Coming to the fact of the case, whatever utterances were allegedly made, that were made in the official chamber where, according to the case of the prosecution, no other person was present. Even if such utterances have been made, it has not been stated to be audible to public and, therefore, the petitioner cannot be said to have insulted or intimidated the daughter of the informant within a public view.

Under this situation, I am constraint to hold that whatever utterances were allegedly made, that were not within the public hearing/view and as such, no offence is made out under Section 3(1)(x) of the Act, even if the entire allegations are taken to be true.

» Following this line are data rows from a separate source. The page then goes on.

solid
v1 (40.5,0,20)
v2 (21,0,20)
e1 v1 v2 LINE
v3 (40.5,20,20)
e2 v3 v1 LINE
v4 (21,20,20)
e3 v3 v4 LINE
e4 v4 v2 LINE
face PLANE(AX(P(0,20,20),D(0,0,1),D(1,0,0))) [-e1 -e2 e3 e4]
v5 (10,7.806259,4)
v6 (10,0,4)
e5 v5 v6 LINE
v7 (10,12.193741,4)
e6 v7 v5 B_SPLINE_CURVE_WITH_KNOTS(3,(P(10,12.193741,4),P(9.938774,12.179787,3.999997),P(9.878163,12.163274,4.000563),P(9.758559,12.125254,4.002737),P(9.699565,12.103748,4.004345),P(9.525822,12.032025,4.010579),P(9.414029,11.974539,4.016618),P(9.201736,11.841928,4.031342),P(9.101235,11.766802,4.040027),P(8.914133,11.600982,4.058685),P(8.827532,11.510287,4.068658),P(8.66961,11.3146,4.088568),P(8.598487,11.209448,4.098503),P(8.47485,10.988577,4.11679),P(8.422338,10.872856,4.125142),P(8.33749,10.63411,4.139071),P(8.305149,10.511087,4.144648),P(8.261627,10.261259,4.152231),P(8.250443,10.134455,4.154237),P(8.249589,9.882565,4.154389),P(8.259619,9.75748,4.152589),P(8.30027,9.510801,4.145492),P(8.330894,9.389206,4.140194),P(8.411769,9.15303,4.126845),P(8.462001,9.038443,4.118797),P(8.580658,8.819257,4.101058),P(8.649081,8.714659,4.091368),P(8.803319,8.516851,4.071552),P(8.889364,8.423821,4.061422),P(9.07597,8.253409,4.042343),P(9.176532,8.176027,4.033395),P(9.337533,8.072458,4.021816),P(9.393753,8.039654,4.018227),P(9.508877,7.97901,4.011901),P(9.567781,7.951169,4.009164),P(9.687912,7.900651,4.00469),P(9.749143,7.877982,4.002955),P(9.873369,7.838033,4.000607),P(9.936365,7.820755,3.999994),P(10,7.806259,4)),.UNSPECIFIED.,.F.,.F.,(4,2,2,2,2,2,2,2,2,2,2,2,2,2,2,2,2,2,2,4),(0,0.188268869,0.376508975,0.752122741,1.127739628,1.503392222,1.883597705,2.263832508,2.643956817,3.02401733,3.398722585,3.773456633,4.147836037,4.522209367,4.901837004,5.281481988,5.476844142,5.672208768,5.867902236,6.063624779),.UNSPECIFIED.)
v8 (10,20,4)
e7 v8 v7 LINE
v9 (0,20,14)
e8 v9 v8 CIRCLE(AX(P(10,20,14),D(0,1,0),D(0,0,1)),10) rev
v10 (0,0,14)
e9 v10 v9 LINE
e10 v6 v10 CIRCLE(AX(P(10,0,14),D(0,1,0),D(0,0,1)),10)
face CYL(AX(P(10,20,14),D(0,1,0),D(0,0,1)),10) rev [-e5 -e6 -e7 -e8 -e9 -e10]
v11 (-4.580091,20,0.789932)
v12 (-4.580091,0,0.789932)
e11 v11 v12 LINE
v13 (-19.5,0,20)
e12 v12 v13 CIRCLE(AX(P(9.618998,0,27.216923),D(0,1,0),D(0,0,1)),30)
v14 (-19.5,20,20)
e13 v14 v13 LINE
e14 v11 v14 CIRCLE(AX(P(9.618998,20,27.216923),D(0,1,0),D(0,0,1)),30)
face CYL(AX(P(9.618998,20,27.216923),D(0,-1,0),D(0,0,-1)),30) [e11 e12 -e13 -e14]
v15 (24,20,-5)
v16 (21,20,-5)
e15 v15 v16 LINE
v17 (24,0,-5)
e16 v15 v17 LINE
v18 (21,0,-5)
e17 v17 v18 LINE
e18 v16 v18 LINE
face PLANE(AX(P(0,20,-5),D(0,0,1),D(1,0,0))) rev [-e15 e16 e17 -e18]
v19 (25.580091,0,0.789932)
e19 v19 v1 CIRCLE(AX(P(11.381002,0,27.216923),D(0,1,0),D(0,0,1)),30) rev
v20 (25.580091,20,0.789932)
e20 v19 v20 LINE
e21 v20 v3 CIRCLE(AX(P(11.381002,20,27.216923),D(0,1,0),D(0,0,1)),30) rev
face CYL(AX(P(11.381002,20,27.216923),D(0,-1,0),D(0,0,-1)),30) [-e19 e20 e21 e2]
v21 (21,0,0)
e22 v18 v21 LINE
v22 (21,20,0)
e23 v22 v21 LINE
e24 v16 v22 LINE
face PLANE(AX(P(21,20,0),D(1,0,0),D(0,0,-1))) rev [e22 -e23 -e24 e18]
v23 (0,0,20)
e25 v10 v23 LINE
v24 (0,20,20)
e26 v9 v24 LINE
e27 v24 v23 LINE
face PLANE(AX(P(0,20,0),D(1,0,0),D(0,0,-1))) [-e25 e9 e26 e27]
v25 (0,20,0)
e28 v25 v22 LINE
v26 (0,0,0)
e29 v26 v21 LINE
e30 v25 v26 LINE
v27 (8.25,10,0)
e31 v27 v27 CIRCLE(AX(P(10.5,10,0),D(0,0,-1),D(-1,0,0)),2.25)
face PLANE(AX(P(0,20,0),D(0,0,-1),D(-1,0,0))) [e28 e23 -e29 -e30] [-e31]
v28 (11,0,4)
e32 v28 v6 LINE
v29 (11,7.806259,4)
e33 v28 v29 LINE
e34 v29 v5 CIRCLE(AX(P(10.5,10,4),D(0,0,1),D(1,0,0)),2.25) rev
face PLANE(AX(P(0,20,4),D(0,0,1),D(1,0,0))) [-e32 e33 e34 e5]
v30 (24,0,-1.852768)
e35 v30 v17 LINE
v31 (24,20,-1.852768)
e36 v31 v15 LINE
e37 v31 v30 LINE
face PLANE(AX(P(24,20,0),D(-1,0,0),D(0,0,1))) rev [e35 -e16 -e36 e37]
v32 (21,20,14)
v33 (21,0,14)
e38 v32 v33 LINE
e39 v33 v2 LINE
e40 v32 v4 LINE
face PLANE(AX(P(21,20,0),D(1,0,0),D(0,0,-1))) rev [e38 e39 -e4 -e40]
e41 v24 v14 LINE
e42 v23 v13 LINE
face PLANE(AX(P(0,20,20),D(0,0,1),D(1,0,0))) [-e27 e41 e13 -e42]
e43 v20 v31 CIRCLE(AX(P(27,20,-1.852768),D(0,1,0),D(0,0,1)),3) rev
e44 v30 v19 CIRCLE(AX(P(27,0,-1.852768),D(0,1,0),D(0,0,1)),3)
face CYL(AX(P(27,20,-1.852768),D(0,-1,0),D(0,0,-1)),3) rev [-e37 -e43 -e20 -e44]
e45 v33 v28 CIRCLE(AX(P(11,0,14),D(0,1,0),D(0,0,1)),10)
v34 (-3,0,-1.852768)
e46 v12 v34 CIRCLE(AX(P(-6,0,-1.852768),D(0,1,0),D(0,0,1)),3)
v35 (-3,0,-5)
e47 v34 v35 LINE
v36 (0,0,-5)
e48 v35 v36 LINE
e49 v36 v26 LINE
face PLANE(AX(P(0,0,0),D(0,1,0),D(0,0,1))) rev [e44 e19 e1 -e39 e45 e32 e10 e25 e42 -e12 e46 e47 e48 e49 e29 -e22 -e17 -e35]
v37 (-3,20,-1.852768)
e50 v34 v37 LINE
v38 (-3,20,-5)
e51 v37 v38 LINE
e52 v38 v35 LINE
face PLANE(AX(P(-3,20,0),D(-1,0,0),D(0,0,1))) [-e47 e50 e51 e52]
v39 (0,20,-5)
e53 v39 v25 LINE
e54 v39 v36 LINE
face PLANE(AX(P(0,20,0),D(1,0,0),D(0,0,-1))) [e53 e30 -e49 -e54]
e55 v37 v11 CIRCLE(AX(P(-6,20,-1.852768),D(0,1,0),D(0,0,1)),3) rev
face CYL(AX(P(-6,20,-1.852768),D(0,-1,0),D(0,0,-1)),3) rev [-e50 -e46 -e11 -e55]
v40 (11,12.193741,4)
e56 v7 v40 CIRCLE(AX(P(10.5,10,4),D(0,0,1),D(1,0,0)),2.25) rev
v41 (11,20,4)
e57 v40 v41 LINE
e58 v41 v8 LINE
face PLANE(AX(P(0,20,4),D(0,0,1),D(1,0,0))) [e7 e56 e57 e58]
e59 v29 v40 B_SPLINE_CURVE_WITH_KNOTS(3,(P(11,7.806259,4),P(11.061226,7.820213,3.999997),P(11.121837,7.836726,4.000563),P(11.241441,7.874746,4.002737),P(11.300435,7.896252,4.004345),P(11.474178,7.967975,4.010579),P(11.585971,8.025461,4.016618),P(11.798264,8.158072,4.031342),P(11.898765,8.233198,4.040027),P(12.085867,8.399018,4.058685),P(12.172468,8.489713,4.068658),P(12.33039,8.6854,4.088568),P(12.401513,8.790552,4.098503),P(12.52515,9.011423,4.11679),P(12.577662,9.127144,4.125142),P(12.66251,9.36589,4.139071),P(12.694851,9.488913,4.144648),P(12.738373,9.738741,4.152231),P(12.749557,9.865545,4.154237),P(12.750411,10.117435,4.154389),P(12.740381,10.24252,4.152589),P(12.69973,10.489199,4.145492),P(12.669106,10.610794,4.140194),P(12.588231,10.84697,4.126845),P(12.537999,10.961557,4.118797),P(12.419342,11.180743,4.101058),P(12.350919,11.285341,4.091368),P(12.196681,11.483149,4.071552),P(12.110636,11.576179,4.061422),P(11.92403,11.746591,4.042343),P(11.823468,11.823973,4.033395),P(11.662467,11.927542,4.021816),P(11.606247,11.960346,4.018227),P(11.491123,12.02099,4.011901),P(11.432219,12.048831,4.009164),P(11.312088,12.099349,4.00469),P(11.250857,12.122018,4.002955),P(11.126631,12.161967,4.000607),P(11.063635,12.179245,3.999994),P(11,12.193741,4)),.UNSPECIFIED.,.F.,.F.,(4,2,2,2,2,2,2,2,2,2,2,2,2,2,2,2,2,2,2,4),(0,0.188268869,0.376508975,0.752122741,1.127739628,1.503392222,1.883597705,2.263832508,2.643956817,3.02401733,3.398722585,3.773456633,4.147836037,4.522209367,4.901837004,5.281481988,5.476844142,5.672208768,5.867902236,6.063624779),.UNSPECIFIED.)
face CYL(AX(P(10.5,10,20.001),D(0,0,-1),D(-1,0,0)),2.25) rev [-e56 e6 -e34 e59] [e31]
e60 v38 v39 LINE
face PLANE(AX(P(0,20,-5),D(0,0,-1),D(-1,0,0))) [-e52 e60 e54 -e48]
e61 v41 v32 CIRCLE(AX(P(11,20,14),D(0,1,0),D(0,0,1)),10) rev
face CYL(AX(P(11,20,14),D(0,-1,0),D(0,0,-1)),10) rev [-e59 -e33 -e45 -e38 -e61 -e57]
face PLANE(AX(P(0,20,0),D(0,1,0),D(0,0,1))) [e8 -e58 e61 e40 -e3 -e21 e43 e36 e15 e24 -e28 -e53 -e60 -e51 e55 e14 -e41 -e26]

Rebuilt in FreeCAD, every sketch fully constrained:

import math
import FreeCAD as App
import Part
import Sketcher

V = App.Vector
Q = App.Units.Quantity


def edges_at(feature, points):
    """Names of the edges that pass closest to the given points."""
    edges = feature.Shape.Edges
    near = lambda p: min(range(len(edges)), key=lambda i: edges[i].distToShape(Part.Vertex(*p))[0])
    return sorted({f"Edge{near(p) + 1}" for p in points})

doc = App.newDocument("Part")
body = doc.addObject("PartDesign::Body", "Body")

sketch1 = body.newObject("Sketcher::SketchObject", "Sketch")
sketch1.AttachmentSupport = (doc.getObject("XZ_Plane"), [""])
sketch1.MapMode = "FlatFace"
sketch1.addGeometry(Part.ArcOfCircle(Part.Circle(V(9.6, 27.2, 0), V(0, 0, 1), 30), math.radians(-166), math.radians(-115)), False)
sketch1.addGeometry(Part.LineSegment(V(-19.5, 20, 0), V(0, 20, 0)), False)
sketch1.addGeometry(Part.LineSegment(V(0, 20, 0), V(0, 4, 0)), False)
sketch1.addGeometry(Part.LineSegment(V(0, 4, 0), V(21, 4, 0)), False)
sketch1.addGeometry(Part.LineSegment(V(21, 4, 0), V(21, 20, 0)), False)
sketch1.addGeometry(Part.LineSegment(V(21, 20, 0), V(40.5, 20, 0)), False)
sketch1.addGeometry(Part.ArcOfCircle(Part.Circle(V(11.4, 27.2, 0), V(0, 0, 1), 30), math.radians(-65), math.radians(-14)), False)
sketch1.addGeometry(Part.LineSegment(V(24, 0, 0), V(24, -5, 0)), False)
sketch1.addGeometry(Part.LineSegment(V(24, -5, 0), V(21, -5, 0)), False)
sketch1.addGeometry(Part.LineSegment(V(21, -5, 0), V(21, 0, 0)), False)
sketch1.addGeometry(Part.LineSegment(V(21, 0, 0), V(0, 0, 0)), False)
sketch1.addGeometry(Part.LineSegment(V(0, 0, 0), V(0, -5, 0)), False)
sketch1.addGeometry(Part.LineSegment(V(0, -5, 0), V(-3, -5, 0)), False)
sketch1.addGeometry(Part.LineSegment(V(-3, -5, 0), V(-3, 0, 0)), False)
sketch1.addConstraint(Sketcher.Constraint("Coincident", 0, 1, 1, 1))
sketch1.addConstraint(Sketcher.Constraint("Coincident", 1, 2, 2, 1))
sketch1.addConstraint(Sketcher.Constraint("Coincident", 2, 2, 3, 1))
sketch1.addConstraint(Sketcher.Constraint("Coincident", 3, 2, 4, 1))
sketch1.addConstraint(Sketcher.Constraint("Coincident", 4, 2, 5, 1))
sketch1.addConstraint(Sketcher.Constraint("Coincident", 5, 2, 6, 2))
sketch1.addConstraint(Sketcher.Constraint("Coincident", 6, 1, 7, 1))
sketch1.addConstraint(Sketcher.Constraint("Coincident", 7, 2, 8, 1))
sketch1.addConstraint(Sketcher.Constraint("Coincident", 8, 2, 9, 1))
sketch1.addConstraint(Sketcher.Constraint("Coincident", 9, 2, 10, 1))
sketch1.addConstraint(Sketcher.Constraint("Coincident", 10, 2, 11, 1))
sketch1.addConstraint(Sketcher.Constraint("Coincident", 11, 2, 12, 1))
sketch1.addConstraint(Sketcher.Constraint("Coincident", 12, 2, 13, 1))
sketch1.addConstraint(Sketcher.Constraint("Coincident", 13, 2, 0, 2))
sketch1.addConstraint(Sketcher.Constraint("Horizontal", 1))
sketch1.addConstraint(Sketcher.Constraint("Vertical", 2))
sketch1.addConstraint(Sketcher.Constraint("Horizontal", 3))
sketch1.addConstraint(Sketcher.Constraint("Vertical", 4))
sketch1.addConstraint(Sketcher.Constraint("Horizontal", 5))
sketch1.addConstraint(Sketcher.Constraint("Vertical", 7))
sketch1.addConstraint(Sketcher.Constraint("Horizontal", 8))
sketch1.addConstraint(Sketcher.Constraint("Vertical", 9))
sketch1.addConstraint(Sketcher.Constraint("Horizontal", 10))
sketch1.addConstraint(Sketcher.Constraint("Vertical", 11))
sketch1.addConstraint(Sketcher.Constraint("Horizontal", 12))
sketch1.addConstraint(Sketcher.Constraint("Vertical", 13))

Coming to the other aspect of the matter, it does appear that on account of certain misdeeds of the daughter of the informant , a notice was given to Beena Kumari on 3.9.2009 to submit her show cause by the next date, i.e, 4.9.2009, but that show cause was not submitted as it is said that Beena Kumari 7 proceeded on medical leave and, therefore, services of Beena Kumari was terminated vide office order dated 4.9.2009 as contained in Annexure 2. However, a plea has been taken on behalf of the informant that the instant prosecution cannot be said to be malicious for the simple reason that the information had been lodged on 3.9.2009 whereas order of termination had been passed on 4.9.2009. The submission no doubt appears to be correct but from the statement made in the first information report with respect to his apprehension of his daughter losing job go to show that he was quite aware that the authority has been contemplating to take action against the daughter of the informant. Therefore, under this situation, ulterior motive can very well be attached with the institution of the case by the informant. That being so, the first information is liable to be quashed in view of the radio laid down by the Hon'ble Supreme court rendered in a case of State of Haryana and others vs. Bhajan Lal and others [JT 1990(4) Sc 650].

In the result, the entire criminal proceeding including the first information report of Scheduled Caste and Scheduled Tribe (RNC) P.S. case no.51 of 2009 (G.R.No.3691 of 2009) is hereby quashed so far this petitioner is concerned.

Accordingly, this application is allowed.